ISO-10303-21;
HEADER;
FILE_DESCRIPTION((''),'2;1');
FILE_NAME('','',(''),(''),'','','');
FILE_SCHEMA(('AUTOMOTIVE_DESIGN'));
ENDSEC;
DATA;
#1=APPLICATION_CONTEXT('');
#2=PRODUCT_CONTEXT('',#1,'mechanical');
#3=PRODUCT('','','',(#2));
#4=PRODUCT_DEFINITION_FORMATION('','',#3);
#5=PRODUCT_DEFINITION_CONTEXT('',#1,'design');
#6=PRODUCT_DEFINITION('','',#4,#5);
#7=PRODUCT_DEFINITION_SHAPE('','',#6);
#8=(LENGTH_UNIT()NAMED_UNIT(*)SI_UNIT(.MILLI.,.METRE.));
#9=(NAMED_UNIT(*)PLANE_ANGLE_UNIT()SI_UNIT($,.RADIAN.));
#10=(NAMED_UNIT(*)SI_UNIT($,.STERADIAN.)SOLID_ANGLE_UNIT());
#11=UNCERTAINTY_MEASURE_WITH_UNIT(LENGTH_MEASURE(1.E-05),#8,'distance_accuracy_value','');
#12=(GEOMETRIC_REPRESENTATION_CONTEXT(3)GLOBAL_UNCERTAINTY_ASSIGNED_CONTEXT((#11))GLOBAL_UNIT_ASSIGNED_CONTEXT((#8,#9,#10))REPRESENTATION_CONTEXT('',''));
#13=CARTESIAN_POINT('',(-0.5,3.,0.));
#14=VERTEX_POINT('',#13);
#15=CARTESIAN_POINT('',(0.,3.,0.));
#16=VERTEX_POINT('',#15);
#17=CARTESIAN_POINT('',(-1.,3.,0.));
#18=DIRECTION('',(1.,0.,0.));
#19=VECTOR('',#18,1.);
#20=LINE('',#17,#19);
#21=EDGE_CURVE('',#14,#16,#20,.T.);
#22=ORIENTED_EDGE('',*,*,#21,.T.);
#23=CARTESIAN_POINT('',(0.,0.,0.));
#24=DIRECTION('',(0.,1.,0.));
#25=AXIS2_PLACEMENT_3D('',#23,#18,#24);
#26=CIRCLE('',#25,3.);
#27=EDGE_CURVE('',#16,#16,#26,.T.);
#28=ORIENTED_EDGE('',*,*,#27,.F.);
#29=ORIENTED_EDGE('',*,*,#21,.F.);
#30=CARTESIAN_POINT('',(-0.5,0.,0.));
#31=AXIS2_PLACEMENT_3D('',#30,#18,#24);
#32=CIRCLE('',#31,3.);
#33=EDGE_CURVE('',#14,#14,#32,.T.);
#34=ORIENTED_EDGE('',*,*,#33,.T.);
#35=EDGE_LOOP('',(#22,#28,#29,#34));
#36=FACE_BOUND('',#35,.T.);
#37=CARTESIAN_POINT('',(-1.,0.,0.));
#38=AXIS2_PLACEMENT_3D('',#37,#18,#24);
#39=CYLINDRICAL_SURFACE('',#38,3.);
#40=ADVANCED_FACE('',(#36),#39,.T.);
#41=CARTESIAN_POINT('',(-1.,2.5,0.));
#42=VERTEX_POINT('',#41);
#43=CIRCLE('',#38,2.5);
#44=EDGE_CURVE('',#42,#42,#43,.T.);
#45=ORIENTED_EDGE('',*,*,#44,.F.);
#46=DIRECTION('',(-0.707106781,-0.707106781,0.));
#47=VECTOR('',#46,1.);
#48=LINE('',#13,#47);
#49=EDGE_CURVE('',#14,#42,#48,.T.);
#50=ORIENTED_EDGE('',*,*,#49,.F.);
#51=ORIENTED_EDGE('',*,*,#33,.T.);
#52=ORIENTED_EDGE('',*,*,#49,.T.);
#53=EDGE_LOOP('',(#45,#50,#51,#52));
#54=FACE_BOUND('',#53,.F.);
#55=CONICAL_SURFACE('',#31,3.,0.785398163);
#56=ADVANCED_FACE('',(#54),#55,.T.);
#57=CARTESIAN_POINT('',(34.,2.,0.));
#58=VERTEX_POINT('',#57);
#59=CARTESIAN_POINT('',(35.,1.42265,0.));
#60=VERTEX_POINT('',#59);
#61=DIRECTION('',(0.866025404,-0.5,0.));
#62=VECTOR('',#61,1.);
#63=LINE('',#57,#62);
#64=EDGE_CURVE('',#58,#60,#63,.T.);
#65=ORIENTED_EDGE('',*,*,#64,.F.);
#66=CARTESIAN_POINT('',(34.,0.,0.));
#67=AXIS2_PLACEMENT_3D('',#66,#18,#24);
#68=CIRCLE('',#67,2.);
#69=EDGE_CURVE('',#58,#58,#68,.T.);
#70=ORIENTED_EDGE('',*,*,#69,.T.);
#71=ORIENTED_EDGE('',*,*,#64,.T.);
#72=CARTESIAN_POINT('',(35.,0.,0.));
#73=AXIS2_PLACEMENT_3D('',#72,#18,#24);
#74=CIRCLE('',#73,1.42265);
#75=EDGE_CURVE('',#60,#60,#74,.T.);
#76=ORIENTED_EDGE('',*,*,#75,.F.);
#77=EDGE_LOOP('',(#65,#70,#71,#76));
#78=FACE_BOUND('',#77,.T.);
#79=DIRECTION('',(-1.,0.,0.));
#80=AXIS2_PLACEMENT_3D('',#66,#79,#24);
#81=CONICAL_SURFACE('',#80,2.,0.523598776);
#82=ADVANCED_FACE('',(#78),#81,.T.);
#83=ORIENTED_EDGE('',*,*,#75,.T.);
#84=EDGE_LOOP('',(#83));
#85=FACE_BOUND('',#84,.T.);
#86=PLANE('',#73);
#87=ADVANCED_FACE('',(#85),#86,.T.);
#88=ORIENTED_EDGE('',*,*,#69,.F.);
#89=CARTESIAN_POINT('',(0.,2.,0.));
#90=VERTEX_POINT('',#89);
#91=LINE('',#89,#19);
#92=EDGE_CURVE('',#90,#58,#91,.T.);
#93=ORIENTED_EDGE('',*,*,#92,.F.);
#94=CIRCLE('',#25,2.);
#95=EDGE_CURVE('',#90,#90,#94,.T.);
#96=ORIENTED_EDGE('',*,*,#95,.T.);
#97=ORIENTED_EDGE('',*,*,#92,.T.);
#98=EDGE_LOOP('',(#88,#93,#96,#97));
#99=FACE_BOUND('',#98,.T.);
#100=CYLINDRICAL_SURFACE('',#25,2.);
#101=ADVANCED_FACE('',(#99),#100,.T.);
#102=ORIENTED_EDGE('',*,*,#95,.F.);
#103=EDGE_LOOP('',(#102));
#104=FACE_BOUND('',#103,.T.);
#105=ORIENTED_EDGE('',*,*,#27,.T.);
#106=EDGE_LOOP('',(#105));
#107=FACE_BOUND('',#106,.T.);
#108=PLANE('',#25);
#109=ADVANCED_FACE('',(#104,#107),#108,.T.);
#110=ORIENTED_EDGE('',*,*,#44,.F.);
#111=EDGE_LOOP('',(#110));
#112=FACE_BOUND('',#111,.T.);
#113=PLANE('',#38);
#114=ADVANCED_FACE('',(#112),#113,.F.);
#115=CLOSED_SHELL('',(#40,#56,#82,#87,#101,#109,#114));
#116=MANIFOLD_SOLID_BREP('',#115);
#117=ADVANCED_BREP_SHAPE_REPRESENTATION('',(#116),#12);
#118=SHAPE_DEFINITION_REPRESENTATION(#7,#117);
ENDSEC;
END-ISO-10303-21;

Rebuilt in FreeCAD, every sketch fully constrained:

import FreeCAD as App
import Part
import Sketcher
from FreeCAD import Vector
Q = App.Units.Quantity


def edges_at(feature, points):
    """Names of the edges that pass closest to the given points."""
    edges = feature.Shape.Edges
    near = lambda p: min(range(len(edges)), key=lambda i: edges[i].distToShape(Part.Vertex(*p))[0])
    return sorted({f"Edge{near(p) + 1}" for p in points})


def add_polygon(sketch, points):
    """Adds a closed chain of lines whose ends are joined by coincident constraints."""
    first, n = sketch.GeometryCount, len(points)
    for a, b in zip(points, points[1:] + points[:1]):
        sketch.addGeometry(Part.LineSegment(App.Vector(*a, 0), App.Vector(*b, 0)), False)
    for i in range(n):
        sketch.addConstraint(Sketcher.Constraint("Coincident", first + i, 2, first + (i + 1) % n, 1))

doc = App.newDocument("Part")
params = doc.addObject("Spreadsheet::Sheet", "Params")
for row, (alias, value) in enumerate([
    ("sketch1_width", "35 mm"),
    ("sketch1_width2", "1 mm"),
    ("sketch1_height", "3 mm"),
    ("revolution_angle", "360 deg"),
    ("chamfer_size", "1 mm"),
    ("chamfer2_size", "0.5 mm"),
], start=1):
    params.set(f"A{row}", alias)
    params.set(f"B{row}", "=" + value)
    params.setAlias(f"B{row}", alias)

body = doc.addObject("PartDesign::Body", "Body")

# Sketch on XY plane
sketch1 = body.newObject("Sketcher::SketchObject", "Sketch")
sketch1.AttachmentSupport = (doc.getObject("XY_Plane"), [""])
sketch1.MapMode = "FlatFace"
add_polygon(sketch1, [(-1, 3), (-1, 0), (35, 0), (35, 2), (0, 2), (0, 3)])  # lines 0-5
sketch1.addConstraint(Sketcher.Constraint("Vertical", 0))
sketch1.addConstraint(Sketcher.Constraint("Horizontal", 1))
sketch1.addConstraint(Sketcher.Constraint("Vertical", 2))
sketch1.addConstraint(Sketcher.Constraint("Horizontal", 3))
sketch1.addConstraint(Sketcher.Constraint("Vertical", 4))
sketch1.addConstraint(Sketcher.Constraint("Horizontal", 5))
sketch1.addConstraint(Sketcher.Constraint("PointOnObject", 0, 2, -1))
sketch1.addConstraint(Sketcher.Constraint("PointOnObject", 3, 2, -2))
sketch1.addConstraint(Sketcher.Constraint("Equal", 5, 4))
sketch1.addConstraint(Sketcher.Constraint("DistanceX", 3, 2, 3, 1, Q("35 mm")))
sketch1.addConstraint(Sketcher.Constraint("DistanceX", 5, 2, 5, 1, Q("1 mm")))
sketch1.addConstraint(Sketcher.Constraint("DistanceY", 0, 2, 0, 1, Q("3 mm")))
sketch1.setExpression("Constraints[15]", "Params.sketch1_width")
sketch1.setExpression("Constraints[16]", "Params.sketch1_width2")
sketch1.setExpression("Constraints[17]", "Params.sketch1_height")
revolution = body.newObject("PartDesign::Revolution", "Revolution")
revolution.Profile = sketch1
revolution.ReferenceAxis = (sketch1, ["H_Axis"])
revolution.setExpression("Angle", "Params.revolution_angle")
doc.recompute()

chamfer = body.newObject("PartDesign::Chamfer", "Chamfer")
chamfer.Base = (revolution, edges_at(revolution, [(35, -2, 0)]))
chamfer.ChamferType = "Distance and Angle"
chamfer.setExpression("Size", "Params.chamfer_size")
chamfer.Angle = 30
chamfer.FlipDirection = True
doc.recompute()

chamfer2 = body.newObject("PartDesign::Chamfer", "Chamfer001")
chamfer2.Base = (chamfer, edges_at(chamfer, [(-1, -3, 0)]))
chamfer2.setExpression("Size", "Params.chamfer2_size")

doc.recompute()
______________________________
### ACTION ITEM
Starting at the first line of the records above, please copy every line exactly through the line containing "#6=PRODUCT_DEFINITION('','',#4,#5);", and stop there.

### RESULT OF THIS EXERCISE
ISO-10303-21;
HEADER;
FILE_DESCRIPTION((''),'2;1');
FILE_NAME('','',(''),(''),'','','');
FILE_SCHEMA(('AUTOMOTIVE_DESIGN'));
ENDSEC;
DATA;
#1=APPLICATION_CONTEXT('');
#2=PRODUCT_CONTEXT('',#1,'mechanical');
#3=PRODUCT('','','',(#2));
#4=PRODUCT_DEFINITION_FORMATION('','',#3);
#5=PRODUCT_DEFINITION_CONTEXT('',#1,'design');
#6=PRODUCT_DEFINITION('','',#4,#5);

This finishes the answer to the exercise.